# Why not put a "hi" icon in our smilies list?



## TheFuhrer02 (Feb 16, 2011)

I am a frequenter of many forum sites, and needless to say, I am an avid user of each forum's smilies service. The thing is, of all the forums I've gotten a chance to be a member of, it seems that its only this site that doesn't have a "hi" smiley.







^ This is what I'm talking about. Got this from another forum site.

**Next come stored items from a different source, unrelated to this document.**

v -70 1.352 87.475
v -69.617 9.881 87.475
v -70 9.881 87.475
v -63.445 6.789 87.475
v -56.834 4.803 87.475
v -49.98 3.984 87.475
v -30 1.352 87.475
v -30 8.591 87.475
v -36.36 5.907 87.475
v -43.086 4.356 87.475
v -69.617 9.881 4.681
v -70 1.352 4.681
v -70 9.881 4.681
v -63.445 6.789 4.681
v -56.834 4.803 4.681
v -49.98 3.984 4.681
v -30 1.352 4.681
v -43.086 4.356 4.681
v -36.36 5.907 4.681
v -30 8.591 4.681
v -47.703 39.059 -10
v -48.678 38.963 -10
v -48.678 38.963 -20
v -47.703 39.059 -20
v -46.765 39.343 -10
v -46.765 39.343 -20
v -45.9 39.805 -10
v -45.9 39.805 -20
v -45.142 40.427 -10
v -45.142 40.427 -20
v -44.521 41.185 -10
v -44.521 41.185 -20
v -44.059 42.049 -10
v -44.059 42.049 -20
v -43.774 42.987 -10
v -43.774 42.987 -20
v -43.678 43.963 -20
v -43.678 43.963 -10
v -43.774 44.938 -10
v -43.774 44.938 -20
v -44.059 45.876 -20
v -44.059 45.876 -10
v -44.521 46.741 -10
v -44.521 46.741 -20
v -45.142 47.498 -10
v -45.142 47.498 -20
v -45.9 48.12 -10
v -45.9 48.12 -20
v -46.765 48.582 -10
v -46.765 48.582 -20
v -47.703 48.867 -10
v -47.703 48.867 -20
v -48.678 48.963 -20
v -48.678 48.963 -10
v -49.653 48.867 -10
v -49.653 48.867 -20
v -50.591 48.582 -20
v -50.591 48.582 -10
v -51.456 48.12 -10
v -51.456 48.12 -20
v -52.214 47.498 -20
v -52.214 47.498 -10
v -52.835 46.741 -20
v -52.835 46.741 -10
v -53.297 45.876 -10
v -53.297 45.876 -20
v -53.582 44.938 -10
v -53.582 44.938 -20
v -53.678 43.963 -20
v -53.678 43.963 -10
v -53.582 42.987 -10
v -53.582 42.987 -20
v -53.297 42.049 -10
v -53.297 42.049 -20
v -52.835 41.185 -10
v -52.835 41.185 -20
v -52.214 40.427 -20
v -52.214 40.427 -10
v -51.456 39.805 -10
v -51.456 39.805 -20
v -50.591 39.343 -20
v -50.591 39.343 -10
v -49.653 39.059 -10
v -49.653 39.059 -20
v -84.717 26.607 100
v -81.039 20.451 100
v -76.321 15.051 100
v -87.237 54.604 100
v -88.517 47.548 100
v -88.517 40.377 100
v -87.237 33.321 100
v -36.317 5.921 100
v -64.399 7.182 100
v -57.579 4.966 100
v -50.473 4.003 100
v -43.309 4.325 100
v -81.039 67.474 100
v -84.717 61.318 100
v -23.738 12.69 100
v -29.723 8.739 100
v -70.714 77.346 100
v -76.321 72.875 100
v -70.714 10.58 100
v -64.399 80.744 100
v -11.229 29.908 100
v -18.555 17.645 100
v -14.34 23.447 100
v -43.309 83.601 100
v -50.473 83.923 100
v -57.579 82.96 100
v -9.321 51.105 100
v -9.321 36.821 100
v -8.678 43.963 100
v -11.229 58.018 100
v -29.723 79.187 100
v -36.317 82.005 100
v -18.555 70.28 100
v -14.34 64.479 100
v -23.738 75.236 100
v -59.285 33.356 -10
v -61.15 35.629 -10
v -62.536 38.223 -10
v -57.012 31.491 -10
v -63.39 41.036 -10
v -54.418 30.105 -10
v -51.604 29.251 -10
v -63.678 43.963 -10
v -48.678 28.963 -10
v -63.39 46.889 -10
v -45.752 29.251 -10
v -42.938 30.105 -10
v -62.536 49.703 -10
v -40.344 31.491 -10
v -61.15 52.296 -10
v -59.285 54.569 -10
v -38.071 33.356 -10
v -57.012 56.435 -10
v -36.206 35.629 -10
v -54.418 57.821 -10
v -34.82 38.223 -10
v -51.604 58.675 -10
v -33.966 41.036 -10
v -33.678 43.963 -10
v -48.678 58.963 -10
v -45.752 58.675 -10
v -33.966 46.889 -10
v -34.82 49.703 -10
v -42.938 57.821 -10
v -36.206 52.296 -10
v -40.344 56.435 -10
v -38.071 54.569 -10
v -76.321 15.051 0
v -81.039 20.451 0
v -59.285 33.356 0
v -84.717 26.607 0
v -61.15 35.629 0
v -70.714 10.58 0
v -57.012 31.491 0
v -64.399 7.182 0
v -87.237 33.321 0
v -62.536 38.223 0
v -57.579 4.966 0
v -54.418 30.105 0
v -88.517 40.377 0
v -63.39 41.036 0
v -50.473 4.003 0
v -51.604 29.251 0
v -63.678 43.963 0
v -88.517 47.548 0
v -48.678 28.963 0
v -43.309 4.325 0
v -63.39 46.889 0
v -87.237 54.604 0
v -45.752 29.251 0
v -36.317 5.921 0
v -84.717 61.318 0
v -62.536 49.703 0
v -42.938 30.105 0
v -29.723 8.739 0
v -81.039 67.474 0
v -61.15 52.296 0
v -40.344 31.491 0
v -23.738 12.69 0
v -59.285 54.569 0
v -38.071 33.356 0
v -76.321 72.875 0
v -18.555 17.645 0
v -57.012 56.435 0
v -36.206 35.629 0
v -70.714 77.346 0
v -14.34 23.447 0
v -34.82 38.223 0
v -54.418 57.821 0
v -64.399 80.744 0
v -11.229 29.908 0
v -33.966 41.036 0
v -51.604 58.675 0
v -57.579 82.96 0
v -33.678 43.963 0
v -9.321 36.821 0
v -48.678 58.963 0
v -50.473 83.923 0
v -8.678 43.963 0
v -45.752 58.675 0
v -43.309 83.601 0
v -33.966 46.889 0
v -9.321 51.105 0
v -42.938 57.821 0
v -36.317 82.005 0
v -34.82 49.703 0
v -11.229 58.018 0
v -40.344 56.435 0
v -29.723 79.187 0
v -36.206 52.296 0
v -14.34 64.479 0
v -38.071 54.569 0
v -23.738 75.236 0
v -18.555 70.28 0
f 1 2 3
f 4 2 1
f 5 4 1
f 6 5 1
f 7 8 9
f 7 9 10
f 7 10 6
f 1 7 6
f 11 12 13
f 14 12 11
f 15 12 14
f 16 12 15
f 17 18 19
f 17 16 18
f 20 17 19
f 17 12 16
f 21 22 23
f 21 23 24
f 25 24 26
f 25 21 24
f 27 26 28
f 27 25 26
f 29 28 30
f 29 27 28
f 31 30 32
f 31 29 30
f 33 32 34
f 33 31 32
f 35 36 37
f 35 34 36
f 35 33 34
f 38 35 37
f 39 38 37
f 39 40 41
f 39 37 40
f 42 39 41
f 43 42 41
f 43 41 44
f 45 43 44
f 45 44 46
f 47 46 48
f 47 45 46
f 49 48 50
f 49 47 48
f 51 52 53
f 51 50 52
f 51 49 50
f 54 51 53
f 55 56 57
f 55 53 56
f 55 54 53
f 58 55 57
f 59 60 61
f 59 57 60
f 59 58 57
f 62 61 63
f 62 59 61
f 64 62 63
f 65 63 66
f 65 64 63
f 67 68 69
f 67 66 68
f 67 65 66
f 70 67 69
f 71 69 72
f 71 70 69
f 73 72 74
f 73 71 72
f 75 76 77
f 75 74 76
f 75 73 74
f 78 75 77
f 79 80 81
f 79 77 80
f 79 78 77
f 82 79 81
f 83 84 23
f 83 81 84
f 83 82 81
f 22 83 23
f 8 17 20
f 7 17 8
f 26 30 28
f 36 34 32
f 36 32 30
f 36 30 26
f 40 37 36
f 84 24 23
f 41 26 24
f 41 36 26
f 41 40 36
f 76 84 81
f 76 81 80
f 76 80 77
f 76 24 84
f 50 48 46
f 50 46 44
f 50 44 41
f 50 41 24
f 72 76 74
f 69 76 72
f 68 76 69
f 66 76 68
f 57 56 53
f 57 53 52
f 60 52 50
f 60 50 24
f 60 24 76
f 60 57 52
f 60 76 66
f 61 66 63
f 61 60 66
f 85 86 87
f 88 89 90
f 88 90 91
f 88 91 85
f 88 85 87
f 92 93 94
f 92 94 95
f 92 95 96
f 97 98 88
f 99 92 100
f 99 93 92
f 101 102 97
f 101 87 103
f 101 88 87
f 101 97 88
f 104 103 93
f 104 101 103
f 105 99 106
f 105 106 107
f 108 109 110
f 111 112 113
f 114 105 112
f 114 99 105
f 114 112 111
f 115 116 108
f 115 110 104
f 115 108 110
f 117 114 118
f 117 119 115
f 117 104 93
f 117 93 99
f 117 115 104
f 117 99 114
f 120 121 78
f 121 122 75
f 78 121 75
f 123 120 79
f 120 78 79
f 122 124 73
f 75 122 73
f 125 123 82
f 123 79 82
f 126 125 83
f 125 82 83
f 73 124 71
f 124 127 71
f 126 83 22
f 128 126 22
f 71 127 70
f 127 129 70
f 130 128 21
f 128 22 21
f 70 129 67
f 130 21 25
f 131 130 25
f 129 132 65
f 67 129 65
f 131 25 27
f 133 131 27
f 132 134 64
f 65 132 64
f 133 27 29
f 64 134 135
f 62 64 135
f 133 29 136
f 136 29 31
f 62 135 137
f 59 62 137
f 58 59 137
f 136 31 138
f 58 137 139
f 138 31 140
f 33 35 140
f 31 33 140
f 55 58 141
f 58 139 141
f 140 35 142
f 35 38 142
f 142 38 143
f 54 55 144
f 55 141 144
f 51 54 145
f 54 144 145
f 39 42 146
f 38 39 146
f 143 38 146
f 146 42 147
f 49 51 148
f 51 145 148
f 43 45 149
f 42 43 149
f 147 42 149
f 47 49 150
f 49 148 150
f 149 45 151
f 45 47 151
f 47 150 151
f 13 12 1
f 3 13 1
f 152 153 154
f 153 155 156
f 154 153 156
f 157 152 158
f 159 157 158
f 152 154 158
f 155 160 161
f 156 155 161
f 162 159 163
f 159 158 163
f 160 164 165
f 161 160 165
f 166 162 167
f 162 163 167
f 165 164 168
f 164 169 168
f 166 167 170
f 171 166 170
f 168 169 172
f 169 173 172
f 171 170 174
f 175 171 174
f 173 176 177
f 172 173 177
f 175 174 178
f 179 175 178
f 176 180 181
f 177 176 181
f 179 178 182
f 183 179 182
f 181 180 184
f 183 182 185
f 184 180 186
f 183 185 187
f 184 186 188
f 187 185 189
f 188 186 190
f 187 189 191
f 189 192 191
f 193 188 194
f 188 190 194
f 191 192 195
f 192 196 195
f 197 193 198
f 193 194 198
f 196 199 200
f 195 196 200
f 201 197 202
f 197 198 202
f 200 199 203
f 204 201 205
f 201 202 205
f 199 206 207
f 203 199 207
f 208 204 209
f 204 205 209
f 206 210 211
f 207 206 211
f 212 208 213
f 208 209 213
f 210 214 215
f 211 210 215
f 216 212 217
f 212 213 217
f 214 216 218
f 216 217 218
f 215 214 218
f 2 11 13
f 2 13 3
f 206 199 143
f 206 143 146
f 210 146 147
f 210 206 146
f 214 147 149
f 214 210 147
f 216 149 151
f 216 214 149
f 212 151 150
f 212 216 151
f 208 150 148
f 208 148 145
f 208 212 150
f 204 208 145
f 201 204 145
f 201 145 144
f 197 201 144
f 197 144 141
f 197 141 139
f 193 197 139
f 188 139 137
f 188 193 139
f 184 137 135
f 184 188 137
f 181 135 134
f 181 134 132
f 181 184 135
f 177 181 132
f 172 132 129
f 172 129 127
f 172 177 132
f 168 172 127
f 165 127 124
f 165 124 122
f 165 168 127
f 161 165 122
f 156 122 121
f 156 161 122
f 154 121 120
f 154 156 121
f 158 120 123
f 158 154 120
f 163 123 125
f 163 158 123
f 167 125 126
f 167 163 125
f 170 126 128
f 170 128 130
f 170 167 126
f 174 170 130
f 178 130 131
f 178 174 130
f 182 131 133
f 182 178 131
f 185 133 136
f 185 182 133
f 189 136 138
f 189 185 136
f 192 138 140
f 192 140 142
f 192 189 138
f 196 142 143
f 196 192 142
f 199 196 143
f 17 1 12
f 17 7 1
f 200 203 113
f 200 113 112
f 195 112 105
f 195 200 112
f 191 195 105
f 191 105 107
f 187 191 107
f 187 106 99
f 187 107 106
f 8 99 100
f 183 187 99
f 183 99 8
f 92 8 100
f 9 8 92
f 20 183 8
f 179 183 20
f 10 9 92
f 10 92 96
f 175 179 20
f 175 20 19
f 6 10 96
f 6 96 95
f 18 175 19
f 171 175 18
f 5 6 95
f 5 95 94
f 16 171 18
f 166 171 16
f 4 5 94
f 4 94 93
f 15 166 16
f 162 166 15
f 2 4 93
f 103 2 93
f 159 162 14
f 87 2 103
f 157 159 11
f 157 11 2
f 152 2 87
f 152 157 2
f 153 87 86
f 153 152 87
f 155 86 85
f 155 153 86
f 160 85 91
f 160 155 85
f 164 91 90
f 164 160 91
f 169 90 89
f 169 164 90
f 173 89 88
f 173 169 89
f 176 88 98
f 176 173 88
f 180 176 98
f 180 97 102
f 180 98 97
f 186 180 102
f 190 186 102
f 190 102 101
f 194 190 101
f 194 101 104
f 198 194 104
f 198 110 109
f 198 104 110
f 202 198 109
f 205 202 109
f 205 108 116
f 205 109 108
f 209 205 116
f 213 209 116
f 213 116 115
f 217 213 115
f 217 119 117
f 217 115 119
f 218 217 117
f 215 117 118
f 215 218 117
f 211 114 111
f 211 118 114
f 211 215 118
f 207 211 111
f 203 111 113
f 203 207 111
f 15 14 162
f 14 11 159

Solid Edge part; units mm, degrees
sketch "Sketch1" plane through (0, 0, 0) normal (0, 0, 1) x (1, 0, 0)
  circle A0 centre (-48.678, 43.9628) radius 40
extrude "Protrusion1" add sketch "Sketch1" along normal blind 100
sketch "Sketch2" plane through (0, 0, 0) normal (0, 0, 1) x (1, 0, 0)
  circle A0 centre (-48.678, 43.9628) radius 15
extrude "ExtrudedProtrusion_3" add sketch "Sketch2" against normal blind 10
sketch "Sketch3" plane through (-48.678, 43.9628, -10) normal (0, 0, -1) x (0, -1, 0)
  circle A0 centre (0, 0) radius 5
extrude "ExtrudedProtrusion_4" add sketch "Sketch3" along normal blind 10
sketch "Sketch4" plane through (-30, 0, 0) normal (1, 0, 0) x (0, 1, 0)
  line L0 (1.3522, 87.4748) -> (1.3522, 4.6806)
  line L1 (1.3522, 4.6806) -> (9.8812, 4.6806)
  line L2 (9.8812, 4.6806) -> (9.8812, 87.4748)
  line L3 (9.8812, 87.4748) -> (1.3522, 87.4748)
extrude "ExtrudedProtrusion_6" add sketch "Sketch4" against normal blind 40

Having said this, would it be possible if we would be able to have a similar smiley? This would be really helpful in the Introduce Yourself section.


----------



## JosephB (Feb 16, 2011)

As a former staff member, I can tell you - this will probably need to be approved by the board and then voted on at the next annual stockholders meeting. After that, you're looking at a rather lengthy implementation, quality control and training period -- so at best, your looking at 2Q, 2012.


----------



## TheFuhrer02 (Feb 16, 2011)

*sigh*

Oh, well. Hope it gets approved.


----------



## garza (Feb 16, 2011)

I'm pretty sure it can be accomplished with a Statutory Instrument issued by the Minister of Iconography. Permanent implimentation would, of course, await parliamentary approval.


----------



## Baron (Feb 16, 2011)

A search party has been sent to try to locate Pawn.


----------



## Gumby (Feb 16, 2011)

Rumor has it that he is deep undercover on a covert op. Though there have also been reports of a ghost-like penguin deep in the Amazon jungles.


----------



## Baron (Feb 16, 2011)

He protested rather heatedly when I suggested that we should completely change the smilie set.


----------



## Gumby (Feb 16, 2011)




----------



## garza (Feb 16, 2011)

That is mislabeled. That's not Pawn. That's obviously Opus searching for an Amazon warrioress.


----------



## Gumby (Feb 16, 2011)

Hmmm, I may have been mistaken. Sources are telling me that it's the amazon.com jungle that is ghosted by the elusive Pawn penguin.


----------



## Baron (Feb 16, 2011)

They may have him at last...


----------



## Gumby (Feb 16, 2011)

Oh my! Look how many it took to capture him. He is a fierce penguin warrior, that Pawn. It's very evident when you look at that ripped physique.


----------



## Shirley S. Bracken (Feb 16, 2011)

Oh golly, when you get these guys started...  woowhoo!


----------



## TheFuhrer02 (Feb 16, 2011)

Baron said:


> They may have him at last...


 
rofl! :lol:


----------



## Hawke (Feb 16, 2011)

Instead of a hi smiley, maybe you could... you know... just say hi.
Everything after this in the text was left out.